Recorded data
★ ★ ★ ★ ★

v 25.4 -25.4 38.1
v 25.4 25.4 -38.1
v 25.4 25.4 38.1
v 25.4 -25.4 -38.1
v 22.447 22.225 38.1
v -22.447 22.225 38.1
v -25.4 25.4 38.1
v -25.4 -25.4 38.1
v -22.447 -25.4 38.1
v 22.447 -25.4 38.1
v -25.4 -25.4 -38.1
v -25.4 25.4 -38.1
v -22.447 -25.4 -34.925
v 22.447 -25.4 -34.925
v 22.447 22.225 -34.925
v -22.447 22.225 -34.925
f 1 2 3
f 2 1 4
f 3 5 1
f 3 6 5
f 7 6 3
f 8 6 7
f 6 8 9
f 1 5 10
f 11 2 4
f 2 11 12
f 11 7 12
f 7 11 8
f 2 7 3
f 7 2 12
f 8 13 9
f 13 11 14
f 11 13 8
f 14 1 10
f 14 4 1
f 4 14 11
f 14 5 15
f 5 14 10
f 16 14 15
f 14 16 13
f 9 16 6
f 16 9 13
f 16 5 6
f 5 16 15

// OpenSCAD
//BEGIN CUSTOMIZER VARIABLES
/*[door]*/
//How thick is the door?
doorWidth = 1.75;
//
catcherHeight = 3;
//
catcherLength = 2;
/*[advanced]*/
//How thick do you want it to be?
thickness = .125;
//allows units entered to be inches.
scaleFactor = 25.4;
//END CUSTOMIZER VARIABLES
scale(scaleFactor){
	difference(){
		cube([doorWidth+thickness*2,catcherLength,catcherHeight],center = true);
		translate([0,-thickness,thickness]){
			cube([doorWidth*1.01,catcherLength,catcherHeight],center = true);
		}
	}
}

★ ★ ★ ★ ★

What to work on: Write every record out again, letter for letter.

Task output:
v 25.4 -25.4 38.1
v 25.4 25.4 -38.1
v 25.4 25.4 38.1
v 25.4 -25.4 -38.1
v 22.447 22.225 38.1
v -22.447 22.225 38.1
v -25.4 25.4 38.1
v -25.4 -25.4 38.1
v -22.447 -25.4 38.1
v 22.447 -25.4 38.1
v -25.4 -25.4 -38.1
v -25.4 25.4 -38.1
v -22.447 -25.4 -34.925
v 22.447 -25.4 -34.925
v 22.447 22.225 -34.925
v -22.447 22.225 -34.925
f 1 2 3
f 2 1 4
f 3 5 1
f 3 6 5
f 7 6 3
f 8 6 7
f 6 8 9
f 1 5 10
f 11 2 4
f 2 11 12
f 11 7 12
f 7 11 8
f 2 7 3
f 7 2 12
f 8 13 9
f 13 11 14
f 11 13 8
f 14 1 10
f 14 4 1
f 4 14 11
f 14 5 15
f 5 14 10
f 16 14 15
f 14 16 13
f 9 16 6
f 16 9 13
f 16 5 6
f 5 16 15

// OpenSCAD
//BEGIN CUSTOMIZER VARIABLES
/*[door]*/
//How thick is the door?
doorWidth = 1.75;
//
catcherHeight = 3;
//
catcherLength = 2;
/*[advanced]*/
//How thick do you want it to be?
thickness = .125;
//allows units entered to be inches.
scaleFactor = 25.4;
//END CUSTOMIZER VARIABLES
scale(scaleFactor){
	difference(){
		cube([doorWidth+thickness*2,catcherLength,catcherHeight],center = true);
		translate([0,-thickness,thickness]){
			cube([doorWidth*1.01,catcherLength,catcherHeight],center = true);
		}
	}
}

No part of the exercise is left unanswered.